I was woudnering if you could show me how to do this step by step and the thought process that goes through your head while you do this. This way I will be able to try to solve some of these problems on my own becasue I really have no idea how to do them.

Perform the indicated operation and simplify the ersult. Leave your anser in factored form.

1/x - 2/(x^2 + x) + 3/(x^3 - x^2)


  • Precalculus - ,

    remember to add/subtract fractions we need a common denominator.

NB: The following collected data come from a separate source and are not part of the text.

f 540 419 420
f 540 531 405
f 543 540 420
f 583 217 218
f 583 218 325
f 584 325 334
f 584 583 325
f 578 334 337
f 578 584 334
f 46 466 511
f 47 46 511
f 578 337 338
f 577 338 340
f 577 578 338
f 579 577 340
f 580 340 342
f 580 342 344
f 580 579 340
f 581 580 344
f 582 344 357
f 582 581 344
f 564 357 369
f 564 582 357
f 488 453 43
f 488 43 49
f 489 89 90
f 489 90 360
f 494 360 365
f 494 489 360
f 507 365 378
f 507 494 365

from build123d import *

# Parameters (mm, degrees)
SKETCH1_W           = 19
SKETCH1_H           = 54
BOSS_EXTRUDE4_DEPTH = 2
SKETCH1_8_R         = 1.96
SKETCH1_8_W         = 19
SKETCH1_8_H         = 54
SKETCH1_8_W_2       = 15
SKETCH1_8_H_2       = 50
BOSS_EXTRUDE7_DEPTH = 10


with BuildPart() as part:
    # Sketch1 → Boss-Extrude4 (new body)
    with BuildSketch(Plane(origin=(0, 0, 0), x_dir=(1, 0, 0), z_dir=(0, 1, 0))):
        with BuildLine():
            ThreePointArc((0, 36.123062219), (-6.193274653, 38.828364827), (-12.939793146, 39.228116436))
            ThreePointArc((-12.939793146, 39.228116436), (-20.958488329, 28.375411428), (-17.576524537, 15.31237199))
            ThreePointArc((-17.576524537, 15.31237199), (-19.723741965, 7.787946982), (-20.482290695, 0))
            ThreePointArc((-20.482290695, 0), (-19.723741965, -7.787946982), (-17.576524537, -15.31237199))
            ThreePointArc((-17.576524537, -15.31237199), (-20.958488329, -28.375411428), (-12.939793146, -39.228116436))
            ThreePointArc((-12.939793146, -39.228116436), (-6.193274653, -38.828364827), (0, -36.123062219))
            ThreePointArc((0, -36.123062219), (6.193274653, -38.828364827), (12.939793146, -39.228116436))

    let's write our expression in factored form
    1/x - 2/(x^2 + x) + 3/(x^3 - x^2)
    = 1/x - 2/[x(x+1)] + 3/[x^2(x-1)]

    so the common denominator is x^2(x+1)(x-1)

    first term: x(x+1)(x-1)/[x^2(x+1)(x-1)]
    notice if we cancel we get 1/x

    second term: -2x(x-1)/[x^2(x+1)(x-1)]
    again, see what you get when you cancel

    third term: 3(x+1)/[x^2(x+1)(x-1)]

    so we get
    [x(x+1)(x-1) - 2x(x-1) + 3(x+1)]/[x^2(x+1)(x-1)]

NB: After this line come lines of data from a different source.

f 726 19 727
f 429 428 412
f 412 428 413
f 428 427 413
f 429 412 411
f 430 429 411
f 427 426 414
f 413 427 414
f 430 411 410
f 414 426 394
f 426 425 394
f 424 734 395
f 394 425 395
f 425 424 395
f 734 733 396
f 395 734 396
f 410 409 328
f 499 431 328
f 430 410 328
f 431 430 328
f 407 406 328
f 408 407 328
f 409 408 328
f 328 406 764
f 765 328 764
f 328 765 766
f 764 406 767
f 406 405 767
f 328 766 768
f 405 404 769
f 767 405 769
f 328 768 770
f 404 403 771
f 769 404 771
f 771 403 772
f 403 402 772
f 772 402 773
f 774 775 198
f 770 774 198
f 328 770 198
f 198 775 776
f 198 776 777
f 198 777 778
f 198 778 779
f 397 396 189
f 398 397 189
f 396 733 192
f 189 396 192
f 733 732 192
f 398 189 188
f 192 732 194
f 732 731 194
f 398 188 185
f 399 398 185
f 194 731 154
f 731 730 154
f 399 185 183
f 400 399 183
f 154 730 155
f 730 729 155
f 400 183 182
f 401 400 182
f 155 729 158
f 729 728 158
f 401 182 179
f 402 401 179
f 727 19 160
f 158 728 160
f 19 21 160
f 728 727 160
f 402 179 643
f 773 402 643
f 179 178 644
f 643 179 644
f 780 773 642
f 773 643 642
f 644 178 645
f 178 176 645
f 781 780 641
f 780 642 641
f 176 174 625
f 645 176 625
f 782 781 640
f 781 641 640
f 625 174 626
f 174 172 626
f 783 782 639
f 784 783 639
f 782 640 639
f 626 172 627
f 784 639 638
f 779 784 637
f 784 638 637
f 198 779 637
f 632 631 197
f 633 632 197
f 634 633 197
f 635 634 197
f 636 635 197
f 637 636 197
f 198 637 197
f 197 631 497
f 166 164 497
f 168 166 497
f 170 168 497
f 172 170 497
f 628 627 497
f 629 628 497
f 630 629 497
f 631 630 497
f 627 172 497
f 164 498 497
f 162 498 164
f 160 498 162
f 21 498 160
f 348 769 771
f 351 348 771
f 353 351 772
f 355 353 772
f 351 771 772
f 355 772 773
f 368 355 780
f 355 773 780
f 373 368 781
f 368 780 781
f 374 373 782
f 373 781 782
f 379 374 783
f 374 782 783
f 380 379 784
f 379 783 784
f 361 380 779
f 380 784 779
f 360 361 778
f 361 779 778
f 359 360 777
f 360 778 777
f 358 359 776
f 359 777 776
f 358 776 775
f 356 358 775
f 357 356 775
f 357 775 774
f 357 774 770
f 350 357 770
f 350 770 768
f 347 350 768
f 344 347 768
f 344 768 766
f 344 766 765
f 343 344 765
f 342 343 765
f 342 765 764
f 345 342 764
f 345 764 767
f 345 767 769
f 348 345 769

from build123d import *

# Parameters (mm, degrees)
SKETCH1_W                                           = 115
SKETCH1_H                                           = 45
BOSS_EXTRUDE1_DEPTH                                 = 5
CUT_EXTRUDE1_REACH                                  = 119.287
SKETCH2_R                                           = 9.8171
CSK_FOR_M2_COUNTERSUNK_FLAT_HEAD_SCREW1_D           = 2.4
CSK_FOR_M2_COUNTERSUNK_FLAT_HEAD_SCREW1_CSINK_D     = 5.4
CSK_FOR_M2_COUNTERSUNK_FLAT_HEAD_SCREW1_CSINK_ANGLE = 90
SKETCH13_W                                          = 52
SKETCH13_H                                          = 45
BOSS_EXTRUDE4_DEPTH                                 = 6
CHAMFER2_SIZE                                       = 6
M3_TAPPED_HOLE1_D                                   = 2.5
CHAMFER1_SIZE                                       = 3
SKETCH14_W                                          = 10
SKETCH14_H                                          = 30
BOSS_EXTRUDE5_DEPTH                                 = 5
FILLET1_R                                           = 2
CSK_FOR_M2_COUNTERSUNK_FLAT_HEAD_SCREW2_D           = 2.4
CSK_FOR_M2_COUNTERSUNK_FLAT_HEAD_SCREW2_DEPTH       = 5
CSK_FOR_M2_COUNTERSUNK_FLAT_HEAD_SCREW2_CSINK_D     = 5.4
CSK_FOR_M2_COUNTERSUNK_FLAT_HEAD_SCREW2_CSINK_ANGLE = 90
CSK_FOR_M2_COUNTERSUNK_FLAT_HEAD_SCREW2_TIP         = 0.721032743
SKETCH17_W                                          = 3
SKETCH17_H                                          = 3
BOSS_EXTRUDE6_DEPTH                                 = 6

    I will let you finish it,

    (I got (x^3 - 2x^2 + 4x + 3)/[x^2(x^2 - 1)]

  • Precalculus - ,

    I bet you have a sign wrong but will do as shown.
    we need a common denominator
    need LCD = x^2 (x-1)(x+1) = x^2(x^2-1)
    -2 [ (x)(x-1) ] /LCD
    +3 [ (x+1 ] / LCD

    [1 (x(x^2-1) -2 (x^2-x) +3 (x+1) ]/LCD
    [ x^3-x -2x^2 +2x +3x+3 ]/LCD
    (x^3 -2x^2 +4x +3)/[x^2(x^2-1)]

    I could not simplify, suspct mistake but that is the idea.

  • Precalculus - ,

    Oh, I see Reiny got the same answer. If you typed it right the answer is right.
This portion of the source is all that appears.